Третий Закон (о контролируемом сотрудничестве и взаимной ответственности) также вызвал немало споров. Как именно будет обеспечиваться этот «полный, строгий и постоянный контроль» со стороны людей над действиями Вежи? Кто будет решать, какие технологии и знания она может передавать человечеству, а какие — могут оказаться слишком опасными или преждевременными? Каковы будут механизмы взаимной ответственности в случае нарушения этого договора одной из сторон? Как предотвратить ситуацию, когда человечество, получив доступ к слишком мощным, почти божественным технологиям, не использует их во вред себе или другим, не развяжет новую, еще более страшную войну, не уничтожит само себя? Эти вопросы были очень сложными, и у нас не было на них готовых ответов. Мы могли лишь наметить общие принципы, создать какие-то рамки, а детали предстояло прорабатывать уже потом, в ходе дальнейшего, надеюсь, мирного сосуществования.

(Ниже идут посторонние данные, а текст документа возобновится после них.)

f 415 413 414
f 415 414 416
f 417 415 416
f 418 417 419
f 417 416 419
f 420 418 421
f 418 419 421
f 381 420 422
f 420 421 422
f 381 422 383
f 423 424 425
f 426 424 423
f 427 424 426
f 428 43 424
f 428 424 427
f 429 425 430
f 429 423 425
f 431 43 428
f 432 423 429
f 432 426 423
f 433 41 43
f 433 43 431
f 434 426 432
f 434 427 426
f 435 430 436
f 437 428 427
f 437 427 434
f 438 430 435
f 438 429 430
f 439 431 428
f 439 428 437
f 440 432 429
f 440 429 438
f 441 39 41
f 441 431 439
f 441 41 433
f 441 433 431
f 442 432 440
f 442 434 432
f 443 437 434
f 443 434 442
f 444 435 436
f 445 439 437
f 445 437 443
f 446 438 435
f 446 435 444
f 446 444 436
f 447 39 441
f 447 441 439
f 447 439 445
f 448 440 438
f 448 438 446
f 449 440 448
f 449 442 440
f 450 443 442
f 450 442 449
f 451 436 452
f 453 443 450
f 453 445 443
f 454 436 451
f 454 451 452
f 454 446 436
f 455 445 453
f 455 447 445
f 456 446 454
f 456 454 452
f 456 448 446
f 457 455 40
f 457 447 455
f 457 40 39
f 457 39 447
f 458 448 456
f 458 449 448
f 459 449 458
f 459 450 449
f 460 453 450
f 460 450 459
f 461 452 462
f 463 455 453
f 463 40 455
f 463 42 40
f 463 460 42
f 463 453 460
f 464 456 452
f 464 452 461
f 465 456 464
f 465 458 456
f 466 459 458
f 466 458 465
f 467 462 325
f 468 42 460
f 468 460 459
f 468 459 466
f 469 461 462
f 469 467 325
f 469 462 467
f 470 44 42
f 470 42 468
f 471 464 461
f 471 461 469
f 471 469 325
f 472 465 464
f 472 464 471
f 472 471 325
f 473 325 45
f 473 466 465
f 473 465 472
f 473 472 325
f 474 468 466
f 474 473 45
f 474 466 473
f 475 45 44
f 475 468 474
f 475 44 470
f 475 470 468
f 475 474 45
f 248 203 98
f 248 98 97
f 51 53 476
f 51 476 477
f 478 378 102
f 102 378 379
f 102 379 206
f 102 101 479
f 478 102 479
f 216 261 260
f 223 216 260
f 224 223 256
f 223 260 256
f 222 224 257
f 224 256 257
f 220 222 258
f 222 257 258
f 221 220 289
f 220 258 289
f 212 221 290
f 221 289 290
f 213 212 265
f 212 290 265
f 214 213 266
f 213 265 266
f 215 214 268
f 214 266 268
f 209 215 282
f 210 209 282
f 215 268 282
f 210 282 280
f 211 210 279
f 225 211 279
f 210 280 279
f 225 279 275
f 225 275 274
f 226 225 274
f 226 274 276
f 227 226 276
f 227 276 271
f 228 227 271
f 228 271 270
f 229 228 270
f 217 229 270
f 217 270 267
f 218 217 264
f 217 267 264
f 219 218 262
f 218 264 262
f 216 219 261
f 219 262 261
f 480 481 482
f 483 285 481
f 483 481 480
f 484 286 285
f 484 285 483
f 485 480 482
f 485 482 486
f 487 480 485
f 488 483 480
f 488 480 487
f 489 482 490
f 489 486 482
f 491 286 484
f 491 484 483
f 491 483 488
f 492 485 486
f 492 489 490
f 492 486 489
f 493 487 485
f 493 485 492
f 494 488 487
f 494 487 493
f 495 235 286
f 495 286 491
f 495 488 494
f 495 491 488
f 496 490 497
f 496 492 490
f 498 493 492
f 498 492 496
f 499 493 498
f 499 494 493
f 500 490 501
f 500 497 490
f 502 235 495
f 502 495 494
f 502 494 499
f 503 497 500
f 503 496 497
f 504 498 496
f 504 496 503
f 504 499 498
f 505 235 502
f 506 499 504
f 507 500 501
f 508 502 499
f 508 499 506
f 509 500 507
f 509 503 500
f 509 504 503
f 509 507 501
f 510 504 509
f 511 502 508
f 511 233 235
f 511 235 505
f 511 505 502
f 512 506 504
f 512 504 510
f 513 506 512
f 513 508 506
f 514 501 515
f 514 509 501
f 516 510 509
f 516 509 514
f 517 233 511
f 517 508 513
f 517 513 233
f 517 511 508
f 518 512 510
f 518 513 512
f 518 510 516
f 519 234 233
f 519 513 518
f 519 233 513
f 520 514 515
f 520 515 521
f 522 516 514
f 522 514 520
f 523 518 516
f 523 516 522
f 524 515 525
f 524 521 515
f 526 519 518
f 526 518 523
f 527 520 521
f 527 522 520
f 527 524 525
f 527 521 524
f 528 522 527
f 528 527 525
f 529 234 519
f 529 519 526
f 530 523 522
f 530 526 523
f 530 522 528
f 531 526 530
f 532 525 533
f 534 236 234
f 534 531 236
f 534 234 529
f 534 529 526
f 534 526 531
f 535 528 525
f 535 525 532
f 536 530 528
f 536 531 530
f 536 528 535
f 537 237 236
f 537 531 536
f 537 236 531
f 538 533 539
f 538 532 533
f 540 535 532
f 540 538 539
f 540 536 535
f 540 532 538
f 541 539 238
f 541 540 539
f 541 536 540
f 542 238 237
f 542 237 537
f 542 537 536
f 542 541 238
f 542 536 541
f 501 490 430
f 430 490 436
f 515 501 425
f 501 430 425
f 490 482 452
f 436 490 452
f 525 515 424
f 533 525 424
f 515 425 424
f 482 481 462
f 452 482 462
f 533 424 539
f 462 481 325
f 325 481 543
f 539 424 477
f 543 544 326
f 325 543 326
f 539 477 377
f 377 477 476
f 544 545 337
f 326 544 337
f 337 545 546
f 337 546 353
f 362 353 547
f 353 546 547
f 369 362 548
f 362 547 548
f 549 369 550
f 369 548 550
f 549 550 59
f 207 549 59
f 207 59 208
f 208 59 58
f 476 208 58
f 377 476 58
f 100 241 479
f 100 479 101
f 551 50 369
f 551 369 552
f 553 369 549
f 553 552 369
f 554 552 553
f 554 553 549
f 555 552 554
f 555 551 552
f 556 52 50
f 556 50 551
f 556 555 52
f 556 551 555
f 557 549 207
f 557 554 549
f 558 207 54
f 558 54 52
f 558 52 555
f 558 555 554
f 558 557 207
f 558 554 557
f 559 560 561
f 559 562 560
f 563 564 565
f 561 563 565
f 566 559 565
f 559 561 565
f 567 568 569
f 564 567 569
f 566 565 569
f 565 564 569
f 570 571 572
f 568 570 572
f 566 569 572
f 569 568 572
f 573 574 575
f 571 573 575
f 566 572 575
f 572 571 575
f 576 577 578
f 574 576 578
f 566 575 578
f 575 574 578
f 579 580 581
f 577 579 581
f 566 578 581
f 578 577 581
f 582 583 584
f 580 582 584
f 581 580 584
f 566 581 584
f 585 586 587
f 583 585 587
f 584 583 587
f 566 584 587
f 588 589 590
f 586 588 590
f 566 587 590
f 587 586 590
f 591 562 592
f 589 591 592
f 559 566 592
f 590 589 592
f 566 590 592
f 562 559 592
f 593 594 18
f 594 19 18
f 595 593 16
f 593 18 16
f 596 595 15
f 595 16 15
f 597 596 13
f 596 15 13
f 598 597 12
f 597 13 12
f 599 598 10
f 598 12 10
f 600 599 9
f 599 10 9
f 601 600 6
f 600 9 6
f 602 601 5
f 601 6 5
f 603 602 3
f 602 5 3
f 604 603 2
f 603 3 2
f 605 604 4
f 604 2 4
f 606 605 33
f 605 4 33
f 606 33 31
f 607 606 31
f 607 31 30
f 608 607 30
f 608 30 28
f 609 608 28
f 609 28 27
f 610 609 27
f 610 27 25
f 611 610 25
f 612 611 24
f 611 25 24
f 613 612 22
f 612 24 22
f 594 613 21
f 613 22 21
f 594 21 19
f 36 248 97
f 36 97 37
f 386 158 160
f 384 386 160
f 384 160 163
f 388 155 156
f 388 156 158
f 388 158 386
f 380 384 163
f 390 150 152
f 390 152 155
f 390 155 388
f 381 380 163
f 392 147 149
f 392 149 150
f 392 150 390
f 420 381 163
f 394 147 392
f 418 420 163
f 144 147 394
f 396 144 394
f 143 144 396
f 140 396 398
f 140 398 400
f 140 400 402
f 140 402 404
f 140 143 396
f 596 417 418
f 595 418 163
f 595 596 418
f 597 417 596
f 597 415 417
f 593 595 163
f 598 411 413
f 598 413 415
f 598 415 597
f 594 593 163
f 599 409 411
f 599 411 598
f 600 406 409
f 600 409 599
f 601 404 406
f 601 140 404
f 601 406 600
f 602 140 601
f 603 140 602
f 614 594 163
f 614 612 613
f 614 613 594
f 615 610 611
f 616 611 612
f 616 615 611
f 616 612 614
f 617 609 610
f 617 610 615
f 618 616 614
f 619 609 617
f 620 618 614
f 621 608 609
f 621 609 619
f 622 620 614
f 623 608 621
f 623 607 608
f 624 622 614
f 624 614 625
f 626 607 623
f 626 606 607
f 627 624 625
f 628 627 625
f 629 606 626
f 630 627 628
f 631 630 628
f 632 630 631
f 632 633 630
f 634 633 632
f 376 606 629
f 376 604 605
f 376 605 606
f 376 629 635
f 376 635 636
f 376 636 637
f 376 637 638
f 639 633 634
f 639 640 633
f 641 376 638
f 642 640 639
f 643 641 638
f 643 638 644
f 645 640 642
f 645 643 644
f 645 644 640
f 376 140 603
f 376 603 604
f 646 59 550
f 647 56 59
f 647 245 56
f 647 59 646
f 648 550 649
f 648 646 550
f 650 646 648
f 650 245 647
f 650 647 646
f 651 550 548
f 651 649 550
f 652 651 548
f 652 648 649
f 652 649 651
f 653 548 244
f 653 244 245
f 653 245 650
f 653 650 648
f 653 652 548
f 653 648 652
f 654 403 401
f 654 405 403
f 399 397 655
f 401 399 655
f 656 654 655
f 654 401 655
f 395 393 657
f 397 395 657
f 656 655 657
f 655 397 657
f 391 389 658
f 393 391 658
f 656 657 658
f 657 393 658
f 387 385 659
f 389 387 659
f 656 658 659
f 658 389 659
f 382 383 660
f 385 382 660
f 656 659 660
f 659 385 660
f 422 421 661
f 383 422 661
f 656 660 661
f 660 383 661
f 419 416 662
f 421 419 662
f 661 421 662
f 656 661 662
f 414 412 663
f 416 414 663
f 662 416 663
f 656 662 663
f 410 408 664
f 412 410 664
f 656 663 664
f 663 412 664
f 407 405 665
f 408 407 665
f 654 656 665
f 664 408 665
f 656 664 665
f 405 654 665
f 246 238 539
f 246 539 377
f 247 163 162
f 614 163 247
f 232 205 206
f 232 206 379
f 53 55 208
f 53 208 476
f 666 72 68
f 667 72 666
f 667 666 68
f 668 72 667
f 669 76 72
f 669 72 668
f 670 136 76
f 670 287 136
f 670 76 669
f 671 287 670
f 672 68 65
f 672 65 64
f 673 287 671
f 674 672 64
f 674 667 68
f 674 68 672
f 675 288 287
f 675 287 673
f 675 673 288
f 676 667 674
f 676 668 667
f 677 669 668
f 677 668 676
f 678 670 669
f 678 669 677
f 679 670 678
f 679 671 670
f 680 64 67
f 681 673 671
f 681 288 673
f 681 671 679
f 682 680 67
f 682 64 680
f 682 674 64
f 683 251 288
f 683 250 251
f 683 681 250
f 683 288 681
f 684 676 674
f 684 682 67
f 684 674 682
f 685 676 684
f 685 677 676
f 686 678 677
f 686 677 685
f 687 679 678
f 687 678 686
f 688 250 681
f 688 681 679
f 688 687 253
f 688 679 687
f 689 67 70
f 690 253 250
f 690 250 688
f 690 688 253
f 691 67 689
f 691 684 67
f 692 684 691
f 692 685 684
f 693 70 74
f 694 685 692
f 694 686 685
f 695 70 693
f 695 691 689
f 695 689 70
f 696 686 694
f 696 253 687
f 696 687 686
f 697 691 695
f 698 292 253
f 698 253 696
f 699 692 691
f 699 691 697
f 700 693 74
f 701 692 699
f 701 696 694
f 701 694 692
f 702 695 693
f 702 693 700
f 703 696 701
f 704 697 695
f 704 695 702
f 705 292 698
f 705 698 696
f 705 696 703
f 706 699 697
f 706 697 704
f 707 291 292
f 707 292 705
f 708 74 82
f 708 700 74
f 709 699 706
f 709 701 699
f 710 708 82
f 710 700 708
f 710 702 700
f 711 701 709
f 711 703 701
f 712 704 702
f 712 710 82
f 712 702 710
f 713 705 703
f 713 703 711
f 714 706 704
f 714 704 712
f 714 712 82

Эти переговоры были не просто дипломатической или юридической казуистикой, не просто торгом за власть и ресурсы. Это было нечто гораздо большее. Это было столкновение двух цивилизаций, двух разумов, двух мировоззрений, двух фундаментально различных подходов к развитию и самому смыслу существования. И от их исхода, я это прекрасно понимал, зависела не только моя личная судьба, не только судьба моей Империи, не только судьба этой несчастной Византии. От их исхода, возможно, зависела судьба всего человечества на многие, многие века вперед. И это осознание давило на меня неимоверным грузом ответственности, но одновременно и придавало мне сил, решимости, упрямства. Я не мог проиграть эту битву. Не имел права.